3 Special Moments You Shouldn’t Miss

“Go to the wedding, go to the funeral, stop at the lemonade stand.”

For many years life was crazy busy. I homeschooled, parented seven children, adopted four more children, wrote a blog, spoke at conferences, and learned all about parenting kids with trauma.

Living in the trenches of parenting children from “hard places” was a marathon. I was running with all I had every day and there was little time to give to others.

I once skipped a family wedding because I was too emotionally and physically exhausted. It was a necessary absence, nevertheless, I missed one of the biggest moments in my niece’s life.

The thing about weddings is they are about more than the bride and groom. Our presence tells them, and their families, we value them and their very special day took precedence over all the other opportunities and responsibilities pressing around us.

But what about funerals? I was one to avoid funerals at all cost. Death has always been very hard for me and unless I absolutely had to attend, there was no way I was going.

Then my daughter, Kalkidan, died.

This is isn’t the time to tell that story, but I want you to know that when we were in a terrible car accident and our 13-year-old daughter didn’t survive, I was terrified of her funeral. I was physically injured and emotionally in shock. I was completely sick and overwhelmed the day of her service, sure I wouldn’t make it through.

When they wheeled me down the aisle in my temporarily-needed wheelchair, I saw the crowded pews and my heart filled. When we sang, the voices surrounded us like the most comforting hug you can imagine.

The air was thick with love and I breathed in great gulps.

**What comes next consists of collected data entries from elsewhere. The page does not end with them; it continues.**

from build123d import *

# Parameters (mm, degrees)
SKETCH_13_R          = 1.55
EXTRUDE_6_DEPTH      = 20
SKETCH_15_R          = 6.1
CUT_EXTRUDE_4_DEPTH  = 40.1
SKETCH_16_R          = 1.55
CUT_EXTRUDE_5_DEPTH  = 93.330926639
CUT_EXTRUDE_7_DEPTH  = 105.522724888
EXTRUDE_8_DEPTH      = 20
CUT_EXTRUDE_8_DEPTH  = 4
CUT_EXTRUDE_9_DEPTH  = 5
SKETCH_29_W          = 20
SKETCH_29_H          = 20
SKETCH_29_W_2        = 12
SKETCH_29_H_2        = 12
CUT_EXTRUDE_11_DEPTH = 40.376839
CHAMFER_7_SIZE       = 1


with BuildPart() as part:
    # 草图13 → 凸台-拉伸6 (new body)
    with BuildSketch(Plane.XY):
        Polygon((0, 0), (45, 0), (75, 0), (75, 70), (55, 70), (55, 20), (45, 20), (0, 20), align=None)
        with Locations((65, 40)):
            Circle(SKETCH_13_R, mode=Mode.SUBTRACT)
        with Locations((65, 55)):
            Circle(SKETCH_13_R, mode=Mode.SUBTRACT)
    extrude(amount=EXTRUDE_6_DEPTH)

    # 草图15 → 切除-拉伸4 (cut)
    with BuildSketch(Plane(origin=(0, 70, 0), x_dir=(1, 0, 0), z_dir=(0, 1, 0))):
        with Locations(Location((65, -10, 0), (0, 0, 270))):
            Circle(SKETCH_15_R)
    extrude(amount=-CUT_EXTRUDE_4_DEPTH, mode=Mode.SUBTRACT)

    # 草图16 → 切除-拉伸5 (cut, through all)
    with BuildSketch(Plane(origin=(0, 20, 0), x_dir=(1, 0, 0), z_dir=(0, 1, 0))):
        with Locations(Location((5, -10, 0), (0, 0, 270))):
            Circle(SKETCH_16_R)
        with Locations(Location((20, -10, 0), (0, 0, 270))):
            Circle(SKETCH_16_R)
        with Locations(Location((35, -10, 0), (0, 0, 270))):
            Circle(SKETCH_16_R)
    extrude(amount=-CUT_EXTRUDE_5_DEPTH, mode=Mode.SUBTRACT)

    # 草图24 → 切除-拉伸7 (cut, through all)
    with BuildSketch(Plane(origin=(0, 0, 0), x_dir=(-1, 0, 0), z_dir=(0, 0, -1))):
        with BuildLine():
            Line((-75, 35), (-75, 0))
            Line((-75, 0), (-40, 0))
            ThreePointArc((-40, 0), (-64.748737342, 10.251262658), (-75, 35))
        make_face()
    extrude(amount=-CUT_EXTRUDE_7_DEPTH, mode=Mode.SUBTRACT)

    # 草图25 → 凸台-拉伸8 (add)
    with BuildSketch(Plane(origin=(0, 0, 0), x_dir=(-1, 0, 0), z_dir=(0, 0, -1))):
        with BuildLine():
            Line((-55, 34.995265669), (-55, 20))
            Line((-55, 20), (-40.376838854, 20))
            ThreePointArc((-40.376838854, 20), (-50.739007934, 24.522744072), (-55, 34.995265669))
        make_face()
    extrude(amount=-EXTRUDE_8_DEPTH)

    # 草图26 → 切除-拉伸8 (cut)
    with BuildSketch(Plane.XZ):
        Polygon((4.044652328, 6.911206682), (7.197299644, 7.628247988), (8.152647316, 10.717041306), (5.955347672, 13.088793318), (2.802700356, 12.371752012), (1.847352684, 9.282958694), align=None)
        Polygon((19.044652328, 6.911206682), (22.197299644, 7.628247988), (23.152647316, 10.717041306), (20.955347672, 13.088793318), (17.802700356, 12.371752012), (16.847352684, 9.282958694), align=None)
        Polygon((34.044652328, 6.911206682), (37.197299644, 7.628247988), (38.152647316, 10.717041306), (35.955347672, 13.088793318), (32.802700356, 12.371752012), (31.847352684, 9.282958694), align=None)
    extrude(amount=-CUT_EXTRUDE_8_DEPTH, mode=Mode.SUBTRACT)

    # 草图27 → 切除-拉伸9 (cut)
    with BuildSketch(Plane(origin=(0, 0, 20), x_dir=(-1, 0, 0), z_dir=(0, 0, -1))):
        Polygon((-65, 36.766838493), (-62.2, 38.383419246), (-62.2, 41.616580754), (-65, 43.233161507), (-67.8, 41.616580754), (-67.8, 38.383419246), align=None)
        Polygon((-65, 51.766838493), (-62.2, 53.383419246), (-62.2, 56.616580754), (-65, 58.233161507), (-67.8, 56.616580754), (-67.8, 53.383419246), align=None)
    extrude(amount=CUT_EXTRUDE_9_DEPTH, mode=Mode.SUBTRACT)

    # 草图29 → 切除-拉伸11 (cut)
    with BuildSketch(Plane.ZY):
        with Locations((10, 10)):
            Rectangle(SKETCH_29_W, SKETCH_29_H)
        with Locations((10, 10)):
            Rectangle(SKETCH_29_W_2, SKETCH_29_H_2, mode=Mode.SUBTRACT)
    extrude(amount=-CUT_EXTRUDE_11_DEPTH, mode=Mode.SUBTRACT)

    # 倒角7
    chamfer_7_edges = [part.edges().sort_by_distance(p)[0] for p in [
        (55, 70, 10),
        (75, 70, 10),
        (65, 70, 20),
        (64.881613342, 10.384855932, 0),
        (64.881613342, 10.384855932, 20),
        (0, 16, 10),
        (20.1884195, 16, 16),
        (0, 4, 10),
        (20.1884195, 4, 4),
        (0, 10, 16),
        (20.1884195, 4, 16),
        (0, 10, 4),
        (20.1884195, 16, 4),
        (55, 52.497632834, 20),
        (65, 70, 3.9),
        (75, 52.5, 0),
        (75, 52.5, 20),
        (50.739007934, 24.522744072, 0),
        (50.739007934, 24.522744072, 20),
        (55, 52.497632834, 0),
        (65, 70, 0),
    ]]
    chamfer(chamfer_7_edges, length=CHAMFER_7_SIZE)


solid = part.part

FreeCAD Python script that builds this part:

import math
import FreeCAD as App
import Part
import Sketcher
Q = App.Units.Quantity


def edges_at(feature, points):
    """Names of the edges that pass closest to the given points."""
    edges = feature.Shape.Edges
    near = lambda p: min(range(len(edges)), key=lambda i: edges[i].distToShape(Part.Vertex(*p))[0])
    return sorted({f"Edge{near(p) + 1}" for p in points})


def add_polygon(sketch, points):
    """Adds a closed chain of lines whose ends are joined by coincident constraints."""
    first, n = sketch.GeometryCount, len(points)
    for a, b in zip(points, points[1:] + points[:1]):
        sketch.addGeometry(Part.LineSegment(App.Vector(*a, 0), App.Vector(*b, 0)), False)
    for i in range(n):
        sketch.addConstraint(Sketcher.Constraint("Coincident", first + i, 2, first + (i + 1) % n, 1))

doc = App.newDocument("Part")
body = doc.addObject("PartDesign::Body", "Body")

# Sketch on XY plane
sketch1 = body.newObject("Sketcher::SketchObject", "Sketch")
sketch1.AttachmentSupport = (doc.getObject("XY_Plane"), [""])
sketch1.MapMode = "FlatFace"
add_polygon(sketch1, [(0, 0), (75, 0), (75, 70), (55, 70), (55, 20), (0, 20)])  # lines 0-5
sketch1.addGeometry(Part.Circle(App.Vector(65, 40, 0), App.Vector(0, 0, 1), 1.6), False)  # 6
sketch1.addGeometry(Part.Circle(App.Vector(65, 55, 0), App.Vector(0, 0, 1), 1.6), False)  # 7
sketch1.addConstraint([
    Sketcher.Constraint("Horizontal", 0),
    Sketcher.Constraint("Vertical", 1),
    Sketcher.Constraint("Horizontal", 2),
    Sketcher.Constraint("Vertical", 3),
    Sketcher.Constraint("Horizontal", 4),
    Sketcher.Constraint("Vertical", 5),
    Sketcher.Constraint("Coincident", 5, 2, -1, 1),
    Sketcher.Constraint("Equal", 6, 7),
    Sketcher.Constraint("Vertical", 6, 3, 7, 3),
    Sketcher.Constraint("Equal", 2, 5),
    Sketcher.Constraint("Diameter", 6, Q("3.1 mm")),
    Sketcher.Constraint("DistanceX", 0, 1, 0, 2, Q("75 mm")),
    Sketcher.Constraint("DistanceX", 2, 2, 2, 1, Q("20 mm")),
    Sketcher.Constraint("DistanceY", 1, 1, 1, 2, Q("70 mm")),
    Sketcher.Constraint("DistanceX", -1, 1, 6, 3, Q("65 mm")),
    Sketcher.Constraint("DistanceY", -1, 1, 6, 3, Q("40 mm")),
    Sketcher.Constraint("DistanceY", -1, 1, 7, 3, Q("55 mm")),
])
pad1 = body.newObject("PartDesign::Pad", "Pad")
pad1.Profile = sketch1
pad1.Length = 20

# Sketch on XZ plane
sketch2 = body.newObject("Sketcher::SketchObject", "Sketch001")
sketch2.AttachmentSupport = (doc.getObject("XZ_Plane"), [""])
sketch2.MapMode = "FlatFace"
sketch2.AttachmentOffset = App.Placement(App.Vector(0, 0, -70), App.Rotation())
sketch2.addGeometry(Part.Circle(App.Vector(65, 10, 0), App.Vector(0, 0, 1), 6), False)
sketch2.addConstraint([
    Sketcher.Constraint("Diameter", 0, Q("12.2 mm")),
    Sketcher.Constraint("DistanceX", -1, 1, 0, 3, Q("65 mm")),
    Sketcher.Constraint("DistanceY", -1, 1, 0, 3, Q("10 mm")),
])
pocket1 = body.newObject("PartDesign::Pocket", "Pocket")
pocket1.Profile = sketch2
pocket1.Length = 40.1
pocket1.Reversed = True

# Sketch on XZ plane
sketch3 = body.newObject("Sketcher::SketchObject", "Sketch002")
sketch3.AttachmentSupport = (doc.getObject("XZ_Plane"), [""])
sketch3.MapMode = "FlatFace"
sketch3.AttachmentOffset = App.Placement(App.Vector(0, 0, -20), App.Rotation())
sketch3.addGeometry([
    Part.Circle(App.Vector(5, 10, 0), App.Vector(0, 0, 1), 1.6),
    Part.Circle(App.Vector(20, 10, 0), App.Vector(0, 0, 1), 1.6),
    Part.Circle(App.Vector(35, 10, 0), App.Vector(0, 0, 1), 1.6),
], False)
sketch3.addConstraint([
    Sketcher.Constraint("Equal", 0, 1),
    Sketcher.Constraint("Equal", 1, 2),
    Sketcher.Constraint("Horizontal", 0, 3, 1, 3),
    Sketcher.Constraint("Horizontal", 1, 3, 2, 3),
    Sketcher.Constraint("Diameter", 0, Q("3.1 mm")),
    Sketcher.Constraint("DistanceX", -1, 1, 0, 3, Q("5 mm")),
    Sketcher.Constraint("DistanceY", -1, 1, 0, 3, Q("10 mm")),
    Sketcher.Constraint("DistanceX", -1, 1, 1, 3, Q("20 mm")),
    Sketcher.Constraint("DistanceX", -1, 1, 2, 3, Q("35 mm")),
])
pocket2 = body.newObject("PartDesign::Pocket", "Pocket001")
pocket2.Profile = sketch3
pocket2.Type = "ThroughAll"
pocket2.Reversed = True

Mid-way through the service, our family stood on the altar as Russ spoke. I looked up and saw that not only were the lower pews packed, the pews climbing higher were also filled. I could not believe this display of love for our family.

Later, friends formed a long line and, as I sat on a stool bandaged and bruised, they came one-by-one to hug us, whispering comforting words in our ears, or simply taking our hands in theirs as tears flowed down their cheeks.

We remember the people who came.

And what about lemonade stands? I blame my friend, Ann, for this one because her words inspired this post. I’m not generally spontaneous. Besides, I live in a nearly cashless world and kids don’t take debit cards!

But what if I intentionally put money in my car for lemonade stands, fundraisers, and stopping for ice cream with my kids?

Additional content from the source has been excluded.